In Atiyah K theory there is a result : If $X$ is $G$-free $G$-vector bundles over $X$ corresponds bijectively to vector bundles over $X/G$ by $E \to E/G$.
I need some clarity in the proof :
Let $p: E \to X$ be a $G$-bundle. Then $E$ is also $G$-free. We need to prove that the orbit space $E/G$ forms a vector space over $X/G$. The mapping $p': E/G \to X/G$ is $Ge \mapsto Gp(e)$. This map is continuous.
The fiber of $E/G$ is $(E/G)_{Gx}= \{ Ge \in E/G : Gp(e)=Gx \}$. If we are able to prove that this set is "same" as (I think I can't use the term 'isomorphic') $E_{x}/G$ then there will be a vector space structure on the fiber $(E/G)_{Gx}$ induced from $E_{x}/G$. Are we supposed to use the fact that $E$ is free $G$ space ? then how ?
Author says that $p': E/G \to X/G$ is locally isomorphic to $p :E \to X$. Not sure about the following proof :
Let $U$ be an open subset of $X$. Then $\pi(U)$ is an open subset of $X/G$ as $\pi : X \to X/G $, the natural map is the quotient map. Suppose $p^{-1}(U) $ is isomorphic to $U \times V$, then $ p'^{-1}(\pi(U)) $ is isomorphic to $\pi(U) \times V$. That is how local triviality of $E$ gives the local triviality of $E/G$. Can any one suggest better methods ?
The converse part is clear to me.
For your first question, the fiber $(E/G)_{Gx}$ is in bijection with $E_x$ (under the quotient map) and inherits the vector space structure from $E_x$. This choice is not unique, but if we choose to instead give $(E/G)_{Gx}$ the vector space structure from $gx$, then the identity on $(E/G)_{Gx}$ descends from the vector space isomorphism $g:E_x\rightarrow E_{gx}$ (which comes from the definition of a $G$-bundle over $X$), and therefore identifies the two vector space structures on $(E/G)_{Gx}$. This gets rid of any ambiguity in the definition of the vector space structure on $(E/G)_{Gx}$.
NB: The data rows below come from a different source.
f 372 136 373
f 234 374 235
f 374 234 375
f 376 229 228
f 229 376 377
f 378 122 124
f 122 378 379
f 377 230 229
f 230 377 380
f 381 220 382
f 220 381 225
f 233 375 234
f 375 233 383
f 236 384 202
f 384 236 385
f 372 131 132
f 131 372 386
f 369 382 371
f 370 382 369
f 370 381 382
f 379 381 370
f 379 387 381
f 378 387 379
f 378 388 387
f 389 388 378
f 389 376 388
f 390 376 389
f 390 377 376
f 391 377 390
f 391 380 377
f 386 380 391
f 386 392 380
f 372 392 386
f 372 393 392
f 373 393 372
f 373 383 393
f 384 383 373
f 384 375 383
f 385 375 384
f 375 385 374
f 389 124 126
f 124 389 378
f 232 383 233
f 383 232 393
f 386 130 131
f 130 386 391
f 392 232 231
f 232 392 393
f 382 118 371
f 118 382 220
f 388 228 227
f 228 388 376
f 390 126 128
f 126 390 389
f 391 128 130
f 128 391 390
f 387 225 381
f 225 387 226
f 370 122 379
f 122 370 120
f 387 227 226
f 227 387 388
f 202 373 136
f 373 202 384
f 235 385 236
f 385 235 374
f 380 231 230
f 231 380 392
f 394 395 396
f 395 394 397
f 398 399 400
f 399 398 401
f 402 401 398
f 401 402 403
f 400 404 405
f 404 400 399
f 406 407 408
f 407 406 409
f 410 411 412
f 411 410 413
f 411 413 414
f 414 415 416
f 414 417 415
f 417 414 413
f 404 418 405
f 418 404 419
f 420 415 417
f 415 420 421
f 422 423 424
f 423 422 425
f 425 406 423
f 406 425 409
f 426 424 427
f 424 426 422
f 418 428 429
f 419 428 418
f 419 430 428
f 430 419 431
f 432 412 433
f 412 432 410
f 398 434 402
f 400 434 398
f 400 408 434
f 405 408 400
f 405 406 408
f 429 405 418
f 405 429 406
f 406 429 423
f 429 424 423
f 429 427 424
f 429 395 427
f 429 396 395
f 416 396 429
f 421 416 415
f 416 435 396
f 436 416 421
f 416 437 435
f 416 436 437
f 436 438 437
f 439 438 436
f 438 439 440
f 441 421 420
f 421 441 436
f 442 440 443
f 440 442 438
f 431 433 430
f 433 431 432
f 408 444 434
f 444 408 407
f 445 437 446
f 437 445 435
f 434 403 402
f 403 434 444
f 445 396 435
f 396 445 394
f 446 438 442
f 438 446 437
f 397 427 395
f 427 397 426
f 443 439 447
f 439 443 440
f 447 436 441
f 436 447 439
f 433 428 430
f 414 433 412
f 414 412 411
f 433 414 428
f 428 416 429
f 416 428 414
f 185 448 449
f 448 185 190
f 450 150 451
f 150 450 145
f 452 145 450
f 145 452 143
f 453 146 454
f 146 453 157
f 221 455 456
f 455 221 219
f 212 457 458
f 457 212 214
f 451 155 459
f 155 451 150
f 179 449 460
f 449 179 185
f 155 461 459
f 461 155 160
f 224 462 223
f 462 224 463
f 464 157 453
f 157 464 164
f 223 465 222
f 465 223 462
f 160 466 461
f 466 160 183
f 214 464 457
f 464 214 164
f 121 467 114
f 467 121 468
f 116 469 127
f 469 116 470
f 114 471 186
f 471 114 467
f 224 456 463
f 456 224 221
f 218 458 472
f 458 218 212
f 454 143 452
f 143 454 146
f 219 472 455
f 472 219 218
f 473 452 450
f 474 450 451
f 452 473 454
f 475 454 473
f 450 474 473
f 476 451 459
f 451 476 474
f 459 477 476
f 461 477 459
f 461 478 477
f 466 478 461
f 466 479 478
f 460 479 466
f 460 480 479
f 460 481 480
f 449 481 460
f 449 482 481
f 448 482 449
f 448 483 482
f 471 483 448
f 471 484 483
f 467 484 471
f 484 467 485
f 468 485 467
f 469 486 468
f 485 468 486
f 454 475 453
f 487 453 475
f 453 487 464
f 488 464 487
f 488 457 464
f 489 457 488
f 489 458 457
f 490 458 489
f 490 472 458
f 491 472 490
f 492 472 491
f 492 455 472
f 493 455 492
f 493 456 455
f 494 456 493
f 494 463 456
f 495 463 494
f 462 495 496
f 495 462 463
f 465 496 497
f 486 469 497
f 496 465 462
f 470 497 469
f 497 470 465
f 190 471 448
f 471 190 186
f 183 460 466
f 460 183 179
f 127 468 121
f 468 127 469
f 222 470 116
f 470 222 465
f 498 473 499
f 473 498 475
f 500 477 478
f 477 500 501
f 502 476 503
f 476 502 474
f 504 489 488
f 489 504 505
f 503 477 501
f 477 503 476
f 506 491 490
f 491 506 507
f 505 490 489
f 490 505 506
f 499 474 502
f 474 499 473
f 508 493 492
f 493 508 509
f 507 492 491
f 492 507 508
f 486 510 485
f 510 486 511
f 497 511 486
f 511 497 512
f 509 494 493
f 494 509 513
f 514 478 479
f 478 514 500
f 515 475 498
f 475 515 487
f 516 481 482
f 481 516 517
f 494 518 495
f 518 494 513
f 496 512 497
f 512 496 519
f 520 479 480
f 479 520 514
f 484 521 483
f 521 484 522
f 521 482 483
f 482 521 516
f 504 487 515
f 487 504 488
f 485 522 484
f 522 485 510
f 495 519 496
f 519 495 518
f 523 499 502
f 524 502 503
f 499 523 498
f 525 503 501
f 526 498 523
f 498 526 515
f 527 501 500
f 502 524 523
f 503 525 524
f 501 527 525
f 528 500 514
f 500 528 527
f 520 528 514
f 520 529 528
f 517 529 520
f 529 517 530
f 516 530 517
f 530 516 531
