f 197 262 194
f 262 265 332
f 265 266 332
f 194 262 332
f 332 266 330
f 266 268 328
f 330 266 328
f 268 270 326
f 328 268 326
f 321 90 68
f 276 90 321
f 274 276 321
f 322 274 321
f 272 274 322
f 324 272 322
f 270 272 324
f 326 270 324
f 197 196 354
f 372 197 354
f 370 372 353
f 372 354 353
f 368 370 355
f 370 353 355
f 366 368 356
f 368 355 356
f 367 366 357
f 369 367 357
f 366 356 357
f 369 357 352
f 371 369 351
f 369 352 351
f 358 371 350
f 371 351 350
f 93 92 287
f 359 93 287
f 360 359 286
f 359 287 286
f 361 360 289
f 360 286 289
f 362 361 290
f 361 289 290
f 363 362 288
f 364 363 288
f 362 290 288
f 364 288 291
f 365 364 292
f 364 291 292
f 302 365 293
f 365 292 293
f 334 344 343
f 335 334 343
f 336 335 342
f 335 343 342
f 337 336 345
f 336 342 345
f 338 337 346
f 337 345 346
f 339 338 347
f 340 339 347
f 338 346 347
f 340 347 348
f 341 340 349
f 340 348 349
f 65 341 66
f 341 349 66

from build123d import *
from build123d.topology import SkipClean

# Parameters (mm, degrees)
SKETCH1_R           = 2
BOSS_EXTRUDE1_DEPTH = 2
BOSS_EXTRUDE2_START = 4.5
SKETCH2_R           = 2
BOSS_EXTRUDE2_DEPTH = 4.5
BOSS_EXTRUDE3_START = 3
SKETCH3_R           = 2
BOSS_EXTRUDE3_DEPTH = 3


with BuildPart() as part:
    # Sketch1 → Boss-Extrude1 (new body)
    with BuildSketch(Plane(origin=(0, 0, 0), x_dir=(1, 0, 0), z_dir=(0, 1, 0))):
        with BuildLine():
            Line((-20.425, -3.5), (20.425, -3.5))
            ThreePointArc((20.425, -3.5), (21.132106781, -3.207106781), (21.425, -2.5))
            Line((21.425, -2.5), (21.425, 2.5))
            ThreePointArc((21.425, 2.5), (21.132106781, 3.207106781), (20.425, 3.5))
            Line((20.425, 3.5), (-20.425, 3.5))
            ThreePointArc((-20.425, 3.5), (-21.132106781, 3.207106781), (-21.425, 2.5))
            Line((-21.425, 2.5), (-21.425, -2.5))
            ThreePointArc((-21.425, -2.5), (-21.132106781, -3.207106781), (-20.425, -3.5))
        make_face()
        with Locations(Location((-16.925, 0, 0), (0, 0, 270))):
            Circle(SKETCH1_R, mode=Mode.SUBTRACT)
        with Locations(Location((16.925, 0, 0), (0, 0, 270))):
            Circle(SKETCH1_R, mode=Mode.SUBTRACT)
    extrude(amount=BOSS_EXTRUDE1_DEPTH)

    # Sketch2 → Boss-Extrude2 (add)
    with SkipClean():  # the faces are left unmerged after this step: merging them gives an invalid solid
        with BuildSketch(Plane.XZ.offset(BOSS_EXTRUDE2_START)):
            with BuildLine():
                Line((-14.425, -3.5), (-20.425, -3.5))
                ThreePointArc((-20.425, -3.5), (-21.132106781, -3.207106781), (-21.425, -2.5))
For your second question, you are right in your general approach to trivialization. But we need to be careful about the $U$ we pick (and use Atiyah's assumptions that $X$ is Hausdorff and $G$ is finite). Fix an arbitrary $x\in X$. By freeness of the group action, for each $g\in G$ not the identity, we have $x\neq gx$ and thus we can find neighborhoods $U_g\ni x$ and $V_g\ni gx$ with $U_g\cap V_g=\emptyset$ (using the Hausdorff-ness of $X$). Also let $U_e=V_e$ be a neighborhood of $x$ over which $E$ is trivializable (where $e\in G$ is the identity). Now, using the finiteness of $G$, define the open set $$W=\bigcap_{g\in G}(U_g\cap g^{-1}V_g).$$ Since $x\in U_g$ and $gx\in V_g$ for every $g\in G$, this $W$ is a neighborhood of $x$. Also $W\subset U_e$ and thus $E$ is trivializable over $W$. Finally, notice that $$W\cap gW\subset U_g\cap V_g=\emptyset$$ for every $g\in G$ not the identity. This implies that $\pi:W\rightarrow\pi(W)$ is a homeomorphism, which enables the identification of the open set $W$ with the set it covers in the quotient. The analogous identification in the total space gives you the desired trivialization: $$p'^{-1}\big(\pi(W)\big)\cong p^{-1}(W)\cong W\times \mathbb C^n.$$ (Of course, there's nothing special about $\mathbb C$ here, I'm just writing it for concreteness. The bundle could also be real, quaternionic, or various other things.)